My day started out awesome, Got up at 6am because the evangelist church group across the street decided to crank up the amps and sing the only Hallelujah song they knew for three hours straight. At 7:30 climbed out of my attic room and went down the stairs to take a shower. As, I stepped onto the landing in my bare feet, I felt a nice warm gooeyness between my toes. Cat vomit, yum! While hopping on one foot to the shower, the said, offending cat decides to get under foot causing me to lose my balance and slam into the door jam. After a generous amount of cussing and trying not to burst into an uncontrollable rage the rest of the time in the apt. was uneventful.

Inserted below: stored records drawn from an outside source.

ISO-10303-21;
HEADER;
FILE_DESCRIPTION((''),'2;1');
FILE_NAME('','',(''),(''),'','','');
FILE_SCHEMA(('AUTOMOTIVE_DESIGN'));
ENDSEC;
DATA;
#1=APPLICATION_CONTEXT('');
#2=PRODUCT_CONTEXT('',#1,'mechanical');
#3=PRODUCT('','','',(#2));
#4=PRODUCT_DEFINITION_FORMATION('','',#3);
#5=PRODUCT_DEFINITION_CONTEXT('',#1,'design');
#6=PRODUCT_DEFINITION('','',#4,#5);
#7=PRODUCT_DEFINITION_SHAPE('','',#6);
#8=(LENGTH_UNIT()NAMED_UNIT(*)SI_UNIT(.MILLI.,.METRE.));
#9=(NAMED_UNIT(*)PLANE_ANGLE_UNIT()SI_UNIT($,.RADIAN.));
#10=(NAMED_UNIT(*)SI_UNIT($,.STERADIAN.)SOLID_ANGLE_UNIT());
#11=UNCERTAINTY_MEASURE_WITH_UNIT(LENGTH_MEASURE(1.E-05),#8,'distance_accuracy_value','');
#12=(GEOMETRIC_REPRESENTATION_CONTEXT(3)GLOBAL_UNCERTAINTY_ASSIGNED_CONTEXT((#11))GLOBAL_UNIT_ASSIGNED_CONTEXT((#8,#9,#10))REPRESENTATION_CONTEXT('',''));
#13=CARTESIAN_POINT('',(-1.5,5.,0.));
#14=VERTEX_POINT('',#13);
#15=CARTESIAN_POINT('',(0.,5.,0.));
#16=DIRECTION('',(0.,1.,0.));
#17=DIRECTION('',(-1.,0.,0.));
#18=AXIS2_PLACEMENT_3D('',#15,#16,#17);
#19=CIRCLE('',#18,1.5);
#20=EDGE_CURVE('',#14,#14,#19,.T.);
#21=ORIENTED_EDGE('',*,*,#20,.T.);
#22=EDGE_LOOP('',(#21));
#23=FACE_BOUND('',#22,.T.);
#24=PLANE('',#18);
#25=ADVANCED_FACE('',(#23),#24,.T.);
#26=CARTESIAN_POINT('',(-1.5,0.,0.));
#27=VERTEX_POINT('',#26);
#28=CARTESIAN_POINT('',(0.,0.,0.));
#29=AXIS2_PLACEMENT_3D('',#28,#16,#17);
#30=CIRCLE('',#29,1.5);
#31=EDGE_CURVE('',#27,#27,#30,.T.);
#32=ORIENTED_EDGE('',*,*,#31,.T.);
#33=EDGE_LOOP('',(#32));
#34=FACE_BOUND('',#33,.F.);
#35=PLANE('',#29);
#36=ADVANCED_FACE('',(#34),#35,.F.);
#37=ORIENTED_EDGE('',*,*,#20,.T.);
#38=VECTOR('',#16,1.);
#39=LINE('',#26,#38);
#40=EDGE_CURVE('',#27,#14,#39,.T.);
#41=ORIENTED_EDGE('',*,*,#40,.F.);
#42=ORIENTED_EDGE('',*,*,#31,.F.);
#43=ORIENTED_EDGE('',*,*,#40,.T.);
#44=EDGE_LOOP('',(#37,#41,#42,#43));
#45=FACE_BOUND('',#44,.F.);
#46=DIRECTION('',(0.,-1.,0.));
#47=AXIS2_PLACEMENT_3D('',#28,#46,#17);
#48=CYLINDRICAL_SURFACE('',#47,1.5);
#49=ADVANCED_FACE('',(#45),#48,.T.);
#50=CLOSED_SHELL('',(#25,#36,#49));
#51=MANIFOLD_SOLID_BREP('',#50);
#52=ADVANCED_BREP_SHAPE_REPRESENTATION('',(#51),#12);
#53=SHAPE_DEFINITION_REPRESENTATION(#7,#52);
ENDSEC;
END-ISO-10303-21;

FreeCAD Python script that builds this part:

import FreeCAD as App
import Part
import Sketcher
Q = App.Units.Quantity

doc = App.newDocument("Part")
params = doc.addObject("Spreadsheet::Sheet", "Params")
for row, (alias, value) in enumerate([
    ("sketch1_diameter", "3 mm"),
    ("pad1_length", "5 mm"),
], start=1):
    params.set(f"A{row}", alias)
    params.set(f"B{row}", "=" + value)
    params.setAlias(f"B{row}", alias)

body = doc.addObject("PartDesign::Body", "Body")

# Sketch on XZ plane
sketch1 = body.newObject("Sketcher::SketchObject", "Sketch")
sketch1.AttachmentSupport = (doc.getObject("XZ_Plane"), [""])
sketch1.MapMode = "FlatFace"
sketch1.addGeometry(Part.Circle(App.Vector(0, 0, 0), App.Vector(0, 0, 1), 1.5), False)
sketch1.addConstraint([
    Sketcher.Constraint("Coincident", 0, 3, -1, 1),
    Sketcher.Constraint("Diameter", 0, Q("3 mm")),
])
sketch1.setExpression("Constraints[1]", "Params.sketch1_diameter")
pad1 = body.newObject("PartDesign::Pad", "Pad")
pad1.Profile = sketch1
pad1.setExpression("Length", "Params.pad1_length")
pad1.Reversed = True

doc.recompute()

9am after walking 1/2mile arrive at the subway station to find that it is closed and that I will have to walk an additional 1 mile to the alternate station. 9:20 arrive at alternate station and wait 30minutes for a train to arrive which should be arriving every 7 minutes. While I am waiting two very aromatic homeless fellows decide to have a masturbatory battle of sorts. Do not know who won. Had money on the large black man. I made the mistake of boarding an empty subway car. The horrors of being trapped in a vomit and feces filled car for three stations before I could switch off will haunt me for years to come. I don't want to talk about that further. I can still taste it and I don't think I can ever scrub the filth away.
Arrive at work at 11am. Expected my rather epic sized delivery to be there already. My porter is missing and the bartender/server isn't there. I start setting up the kitchen and the dining room because, hell I'm a nice guy and my server is gorgeous and single. She shows up a half hour late and I'm pissed, don't care how good looking you are a 1/2 hour late and no calling is unacceptable. Unable to do prep because, no product in house, still no delivery. Hoping for a quite lunch. Disaster strikes, 12 o'clock 7top, 6top 5top, 3 top, and 3-4 tops walk in and the sh$t show begins. It's just me and the girl. Her serving and bartending and me cooking solo. Banged out 75 covers in 1 1/2 hours when the delivery shows up. Now, I'm a big guy and I've had a few heart attacks and strokes but, I usually check in, unload and put away all the deliveries myself but, I was slammed. The delivery guy is about 3 times my size and huffs and puffs when he walks. He took out every item and walked to my kitchen and set it in the middle of the floor and on top of the stairs one box at a time. It took him an hour and a half.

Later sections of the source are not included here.